# KP Friends Meet



## tat'sgran (Dec 13, 2011)

This is a small world!
I had the pleasure, with my husband, of entertaining fellow Knitting Paradise member Knitting4Friends and her husband last night. Realizing we lived mere miles apart, we got together at my lakefront cabin for a fish fry supper, conversation, and of course knitting. 
Everyone had a good time and it surely will be repeated in the future. xo


----------



## MaryCarter (Oct 17, 2011)

What a lovely thing to do.....and hope you have many more years knitting together.


----------



## nevadalynn (Apr 27, 2011)

awwwwwwww....how nice is that??????


----------



## CBCAROL (Apr 12, 2011)

How Nice......... KP is GREAT...... :thumbup: :thumbup: :thumbup:


----------



## Cdambro (Dec 30, 2013)

That is wonderful!


----------



## Sarah Chana (Apr 15, 2014)

Wonderful..... and you both look so happy. It makes one feel good.


----------



## tat'sgran (Dec 13, 2011)

Sarah Chana said:


> Wonderful..... and you both look so happy. It makes one feel good.

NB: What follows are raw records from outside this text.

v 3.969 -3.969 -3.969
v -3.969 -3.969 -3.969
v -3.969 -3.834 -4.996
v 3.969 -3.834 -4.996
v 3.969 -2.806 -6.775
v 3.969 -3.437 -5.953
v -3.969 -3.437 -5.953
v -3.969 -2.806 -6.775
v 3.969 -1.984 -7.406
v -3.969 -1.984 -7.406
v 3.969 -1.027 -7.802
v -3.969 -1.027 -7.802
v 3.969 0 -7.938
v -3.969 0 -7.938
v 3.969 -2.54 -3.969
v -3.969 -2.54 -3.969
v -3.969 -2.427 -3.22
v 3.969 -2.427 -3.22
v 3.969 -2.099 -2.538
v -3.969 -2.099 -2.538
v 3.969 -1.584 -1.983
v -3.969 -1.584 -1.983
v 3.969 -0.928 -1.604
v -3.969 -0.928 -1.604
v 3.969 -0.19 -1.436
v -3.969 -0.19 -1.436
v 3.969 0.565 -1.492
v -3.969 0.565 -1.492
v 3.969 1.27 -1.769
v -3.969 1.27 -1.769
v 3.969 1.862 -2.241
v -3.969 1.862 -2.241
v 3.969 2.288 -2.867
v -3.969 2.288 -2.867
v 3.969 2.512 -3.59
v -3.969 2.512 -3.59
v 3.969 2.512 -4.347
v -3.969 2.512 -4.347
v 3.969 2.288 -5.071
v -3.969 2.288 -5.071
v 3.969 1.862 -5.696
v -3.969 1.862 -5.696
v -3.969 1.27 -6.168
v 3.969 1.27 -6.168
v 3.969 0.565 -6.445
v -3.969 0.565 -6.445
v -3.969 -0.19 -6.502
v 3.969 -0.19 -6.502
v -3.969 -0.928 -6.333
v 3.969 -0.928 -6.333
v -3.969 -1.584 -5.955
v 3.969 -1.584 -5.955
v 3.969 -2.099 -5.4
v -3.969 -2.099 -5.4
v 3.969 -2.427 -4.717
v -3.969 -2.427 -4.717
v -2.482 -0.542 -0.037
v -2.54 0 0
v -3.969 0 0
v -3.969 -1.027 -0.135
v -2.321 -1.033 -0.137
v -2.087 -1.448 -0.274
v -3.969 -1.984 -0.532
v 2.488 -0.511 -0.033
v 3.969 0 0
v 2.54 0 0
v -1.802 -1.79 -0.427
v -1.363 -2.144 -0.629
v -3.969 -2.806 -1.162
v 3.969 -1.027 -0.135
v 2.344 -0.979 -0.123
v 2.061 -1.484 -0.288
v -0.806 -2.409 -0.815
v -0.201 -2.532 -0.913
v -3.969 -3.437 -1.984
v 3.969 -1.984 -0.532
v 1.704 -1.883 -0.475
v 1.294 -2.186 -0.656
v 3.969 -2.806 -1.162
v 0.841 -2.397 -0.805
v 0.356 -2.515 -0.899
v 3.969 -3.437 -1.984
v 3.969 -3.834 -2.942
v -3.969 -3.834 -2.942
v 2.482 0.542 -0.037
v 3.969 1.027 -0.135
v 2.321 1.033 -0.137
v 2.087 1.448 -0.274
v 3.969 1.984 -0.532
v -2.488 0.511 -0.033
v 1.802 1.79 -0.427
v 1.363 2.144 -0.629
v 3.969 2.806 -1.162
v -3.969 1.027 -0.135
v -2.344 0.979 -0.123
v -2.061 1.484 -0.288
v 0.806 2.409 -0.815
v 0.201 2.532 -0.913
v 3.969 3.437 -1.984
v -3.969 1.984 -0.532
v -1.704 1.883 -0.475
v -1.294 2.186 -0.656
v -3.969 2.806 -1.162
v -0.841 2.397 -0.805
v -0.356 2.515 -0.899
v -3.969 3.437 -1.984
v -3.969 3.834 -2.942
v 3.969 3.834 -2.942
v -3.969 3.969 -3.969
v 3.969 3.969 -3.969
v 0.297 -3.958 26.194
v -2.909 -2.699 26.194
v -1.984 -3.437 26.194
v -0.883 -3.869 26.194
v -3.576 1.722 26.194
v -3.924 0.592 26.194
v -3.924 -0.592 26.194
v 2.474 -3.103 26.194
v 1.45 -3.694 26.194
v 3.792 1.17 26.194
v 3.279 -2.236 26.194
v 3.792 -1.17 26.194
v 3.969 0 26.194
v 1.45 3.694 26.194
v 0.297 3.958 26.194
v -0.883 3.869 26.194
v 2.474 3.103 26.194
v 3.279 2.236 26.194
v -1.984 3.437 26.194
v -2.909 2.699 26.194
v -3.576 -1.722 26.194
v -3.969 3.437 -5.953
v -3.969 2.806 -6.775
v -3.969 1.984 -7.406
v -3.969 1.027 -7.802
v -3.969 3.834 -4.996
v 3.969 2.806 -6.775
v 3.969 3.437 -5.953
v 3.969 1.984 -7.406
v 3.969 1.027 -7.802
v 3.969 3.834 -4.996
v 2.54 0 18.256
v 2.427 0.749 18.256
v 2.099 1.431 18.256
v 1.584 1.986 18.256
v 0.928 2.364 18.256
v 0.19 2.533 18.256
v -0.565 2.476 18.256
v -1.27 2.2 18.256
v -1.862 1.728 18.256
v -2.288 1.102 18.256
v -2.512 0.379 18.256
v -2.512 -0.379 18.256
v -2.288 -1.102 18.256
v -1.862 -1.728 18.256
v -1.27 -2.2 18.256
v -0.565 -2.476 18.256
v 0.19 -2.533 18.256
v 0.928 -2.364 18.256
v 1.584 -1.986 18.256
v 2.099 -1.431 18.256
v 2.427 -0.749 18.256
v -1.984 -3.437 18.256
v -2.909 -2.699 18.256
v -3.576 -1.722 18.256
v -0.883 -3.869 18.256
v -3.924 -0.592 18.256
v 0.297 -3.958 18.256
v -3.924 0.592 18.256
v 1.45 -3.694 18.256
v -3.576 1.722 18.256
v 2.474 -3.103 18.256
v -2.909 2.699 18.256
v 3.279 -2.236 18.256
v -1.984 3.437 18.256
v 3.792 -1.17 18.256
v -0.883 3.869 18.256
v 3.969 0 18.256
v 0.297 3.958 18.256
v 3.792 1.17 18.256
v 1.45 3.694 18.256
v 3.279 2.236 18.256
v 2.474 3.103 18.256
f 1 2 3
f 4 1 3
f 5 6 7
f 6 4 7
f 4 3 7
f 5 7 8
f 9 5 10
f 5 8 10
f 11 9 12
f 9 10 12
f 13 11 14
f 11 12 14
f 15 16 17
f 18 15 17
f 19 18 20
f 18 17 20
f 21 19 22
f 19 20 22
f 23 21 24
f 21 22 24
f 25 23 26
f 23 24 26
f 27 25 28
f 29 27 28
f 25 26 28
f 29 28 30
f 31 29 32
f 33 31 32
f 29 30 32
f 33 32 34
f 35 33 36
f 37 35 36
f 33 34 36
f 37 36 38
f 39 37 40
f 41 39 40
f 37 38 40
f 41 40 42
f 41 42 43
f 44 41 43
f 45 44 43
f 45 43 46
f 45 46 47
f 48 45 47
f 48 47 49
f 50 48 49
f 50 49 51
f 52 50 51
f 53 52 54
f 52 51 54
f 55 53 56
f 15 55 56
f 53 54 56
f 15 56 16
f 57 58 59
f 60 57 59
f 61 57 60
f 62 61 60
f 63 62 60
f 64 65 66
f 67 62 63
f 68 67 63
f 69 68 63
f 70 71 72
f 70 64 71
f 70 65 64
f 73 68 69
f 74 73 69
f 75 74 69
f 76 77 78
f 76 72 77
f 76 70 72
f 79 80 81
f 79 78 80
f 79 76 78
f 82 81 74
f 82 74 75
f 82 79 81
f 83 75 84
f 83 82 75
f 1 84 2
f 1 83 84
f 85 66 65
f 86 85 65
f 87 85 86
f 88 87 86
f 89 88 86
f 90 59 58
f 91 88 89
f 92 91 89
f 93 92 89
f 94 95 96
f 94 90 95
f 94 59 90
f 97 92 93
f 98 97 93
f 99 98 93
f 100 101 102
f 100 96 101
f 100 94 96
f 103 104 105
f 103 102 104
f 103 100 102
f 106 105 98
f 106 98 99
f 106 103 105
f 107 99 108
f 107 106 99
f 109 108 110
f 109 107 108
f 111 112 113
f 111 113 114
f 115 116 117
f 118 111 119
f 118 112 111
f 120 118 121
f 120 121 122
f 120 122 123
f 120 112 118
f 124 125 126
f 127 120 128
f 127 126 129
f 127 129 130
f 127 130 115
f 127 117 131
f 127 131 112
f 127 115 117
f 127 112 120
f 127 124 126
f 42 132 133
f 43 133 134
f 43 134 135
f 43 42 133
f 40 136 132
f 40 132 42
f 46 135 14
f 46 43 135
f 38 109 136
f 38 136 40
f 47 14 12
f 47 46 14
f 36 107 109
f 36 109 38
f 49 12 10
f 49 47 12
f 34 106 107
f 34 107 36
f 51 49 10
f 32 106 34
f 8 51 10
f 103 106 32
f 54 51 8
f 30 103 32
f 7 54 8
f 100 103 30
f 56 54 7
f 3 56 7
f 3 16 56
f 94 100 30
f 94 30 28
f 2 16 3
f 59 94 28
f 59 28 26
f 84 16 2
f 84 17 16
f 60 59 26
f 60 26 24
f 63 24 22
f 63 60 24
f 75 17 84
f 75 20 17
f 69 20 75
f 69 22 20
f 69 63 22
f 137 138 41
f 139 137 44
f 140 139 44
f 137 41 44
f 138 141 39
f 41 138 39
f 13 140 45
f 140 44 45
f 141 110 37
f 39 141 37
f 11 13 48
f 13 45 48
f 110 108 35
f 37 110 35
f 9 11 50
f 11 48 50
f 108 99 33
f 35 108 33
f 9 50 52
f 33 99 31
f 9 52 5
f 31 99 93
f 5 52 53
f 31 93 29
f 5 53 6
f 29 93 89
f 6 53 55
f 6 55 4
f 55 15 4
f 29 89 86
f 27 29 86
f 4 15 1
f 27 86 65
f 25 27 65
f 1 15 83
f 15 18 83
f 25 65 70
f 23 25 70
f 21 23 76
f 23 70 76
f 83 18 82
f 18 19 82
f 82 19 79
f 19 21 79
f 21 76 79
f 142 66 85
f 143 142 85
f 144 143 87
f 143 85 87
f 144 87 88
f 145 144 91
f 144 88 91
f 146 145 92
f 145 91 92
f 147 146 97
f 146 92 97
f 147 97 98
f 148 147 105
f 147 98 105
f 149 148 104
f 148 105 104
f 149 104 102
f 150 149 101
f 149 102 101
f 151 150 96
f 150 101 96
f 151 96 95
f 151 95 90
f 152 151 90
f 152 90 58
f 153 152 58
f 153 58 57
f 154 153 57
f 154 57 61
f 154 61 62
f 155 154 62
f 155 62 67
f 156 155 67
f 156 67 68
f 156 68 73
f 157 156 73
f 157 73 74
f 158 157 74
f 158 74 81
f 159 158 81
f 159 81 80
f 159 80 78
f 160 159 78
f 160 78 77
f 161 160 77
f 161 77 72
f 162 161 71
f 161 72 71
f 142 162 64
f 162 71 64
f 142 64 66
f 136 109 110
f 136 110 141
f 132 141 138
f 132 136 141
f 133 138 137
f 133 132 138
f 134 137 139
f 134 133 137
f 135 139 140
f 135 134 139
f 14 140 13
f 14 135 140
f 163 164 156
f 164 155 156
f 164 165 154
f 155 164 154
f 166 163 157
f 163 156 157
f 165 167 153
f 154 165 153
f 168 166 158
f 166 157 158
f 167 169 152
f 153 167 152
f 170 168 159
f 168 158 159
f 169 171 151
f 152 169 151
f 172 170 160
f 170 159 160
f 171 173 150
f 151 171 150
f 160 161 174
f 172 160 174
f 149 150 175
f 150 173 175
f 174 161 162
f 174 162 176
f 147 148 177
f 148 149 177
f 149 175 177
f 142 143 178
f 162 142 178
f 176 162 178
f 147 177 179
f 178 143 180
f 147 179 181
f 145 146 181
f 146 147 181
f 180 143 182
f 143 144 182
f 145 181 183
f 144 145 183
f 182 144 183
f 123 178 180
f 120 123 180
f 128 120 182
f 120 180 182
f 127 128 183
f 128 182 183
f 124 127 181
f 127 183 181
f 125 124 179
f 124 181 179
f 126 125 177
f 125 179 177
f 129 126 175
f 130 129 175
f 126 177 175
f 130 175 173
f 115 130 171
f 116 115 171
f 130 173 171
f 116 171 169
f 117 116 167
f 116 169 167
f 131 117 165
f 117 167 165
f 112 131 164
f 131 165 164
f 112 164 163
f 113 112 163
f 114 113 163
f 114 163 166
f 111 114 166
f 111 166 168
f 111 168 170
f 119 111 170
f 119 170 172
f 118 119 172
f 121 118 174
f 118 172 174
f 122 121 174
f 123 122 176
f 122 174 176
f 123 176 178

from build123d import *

# Parameters (mm, degrees)
F0_R         = 2.54
F1_DEPTH     = 18.25625
F2_W         = 7.9375
F2_H         = 7.9375
F3_DEPTH     = 7.9375
F4_R         = 3.96875
F5_DEPTH     = 7.9375
F6_T1_DEPTH  = 27.78125
F6_T6_DEPTH  = 27.78125
F6_S7_R      = 2.54
F6_T8_DEPTH  = 16
F6_T12_DEPTH = 27.78125
F6_S13_R     = 2.54
F6_T14_DEPTH = 16
F7_R         = 2.54
F8_DEPTH     = 7.9375


# Not quite as in the source:
# - a fillet or chamfer that OpenCascade refuses, or shapes differently, is made with other operations: its cross-section is extruded or revolved along the edge and cut away or added


with BuildPart() as f1:
    # F0 (on Top) → F1 (new body)
    with BuildSketch(Plane.XY):
        Circle(F0_R)
    extrude(amount=F1_DEPTH)

    # F2 (on face) → F3 (join)
    with BuildSketch(Plane(origin=(0, 0, 0), x_dir=(1, 0, 0), z_dir=(0, 0, -1))):
        Rectangle(F2_W, F2_H)
    extrude(amount=F3_DEPTH)

    # F4 (on face) → F5 (join)
    with BuildSketch(Plane.XY.offset(18.25625)):
        Circle(F4_R)
    extrude(amount=F5_DEPTH)

    # F6: fillet of radius 3.96875 on 4 edges, made by hand

    # F6_s2 → F6_t1 (cut)
    with BuildSketch(Plane.YZ.offset(-13.890625)):
        with BuildLine():
            ThreePointArc((3.96875, -3.96875), (2.8063300378, -6.7750800378), (0, -7.9375))
            Line((0, -7.9375), (3.96875, -7.9375))
            Line((3.96875, -7.9375), (3.96875, -3.96875))
        make_face()
        with BuildLine():
            ThreePointArc((-3.96875, -3.96875), (-2.8063300378, -6.7750800378), (0, -7.9375))
            Line((0, -7.9375), (-3.96875, -7.9375))
            Line((-3.96875, -7.9375), (-3.96875, -3.96875))
        make_face()
    extrude(amount=F6_T1_DEPTH, mode=Mode.SUBTRACT)


with BuildPart() as f6_tool4:
    # F6_s5 → F6_t6 (new body)
    with BuildSketch(Plane.YZ.offset(13.890625)):
        with BuildLine():
            ThreePointArc((0, 0), (-2.8063300378, -1.1624199622), (-3.96875, -3.96875))
            Line((-3.96875, -3.96875), (-3.96875, 0))
            Line((-3.96875, 0), (0, 0))
        make_face()
    extrude(amount=-F6_T6_DEPTH)

    # F6_s7 → F6_t8 (cut, symmetric)
    with BuildSketch(Plane.XY.offset(-2)):
        Circle(F6_S7_R)
    extrude(amount=F6_T8_DEPTH, both=True, mode=Mode.SUBTRACT)


with BuildPart() as f1_1:
    add(f1.part)

    # F6_t3: cut F6_tool4
    add(f6_tool4.part, mode=Mode.SUBTRACT)


with BuildPart() as f6_tool10:
    # F6_s11 → F6_t12 (new body)
    with BuildSketch(Plane.YZ.offset(-13.890625)):
        with BuildLine():
            ThreePointArc((0, 0), (2.8063300378, -1.1624199622), (3.96875, -3.96875))
            Line((3.96875, -3.96875), (3.96875, 0))
            Line((3.96875, 0), (0, 0))
        make_face()
    extrude(amount=F6_T12_DEPTH)

    # F6_s13 → F6_t14 (cut, symmetric)
    with BuildSketch(Plane.XY.offset(-2)):
        Circle(F6_S13_R)
    extrude(amount=F6_T14_DEPTH, both=True, mode=Mode.SUBTRACT)


with BuildPart() as f1_2:
    add(f1_1.part)

    # F6_t9: cut F6_tool10
    add(f6_tool10.part, mode=Mode.SUBTRACT)

    # F7 (on face) → F8 (cut, through all)
    with BuildSketch(Plane(origin=(-3.96875, 0, 0), x_dir=(0, -1, 0), z_dir=(-1, 0, 0))):
        with Locations((0, -3.96875)):
            Circle(F7_R)
    extrude(amount=-F8_DEPTH, mode=Mode.SUBTRACT)


solid = f1_2.part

Good food, good company, good conversation, and not to forget the knitting needles.. who would not be happy..! xo


----------



## grandmatimestwo (Mar 30, 2011)

That's wonderful!


----------



## LucyinCanada (Oct 24, 2012)

What a great picture! Sounds like a perfect evening!


----------



## jobailey (Dec 22, 2011)

That is so fun!


----------



## run4fittness (May 22, 2011)

what a wonderful thing for both of you!


----------



## Gloria J (Mar 16, 2012)

I think that's awesome!!


----------



## lunieb (Apr 29, 2014)

Wonderful!


----------



## Sherry1 (May 14, 2011)

Awesome!


----------



## cafeknitter (Apr 2, 2013)

Terrific!!!! That's a wonderful idea!


----------



## knitting4friends (Jan 10, 2012)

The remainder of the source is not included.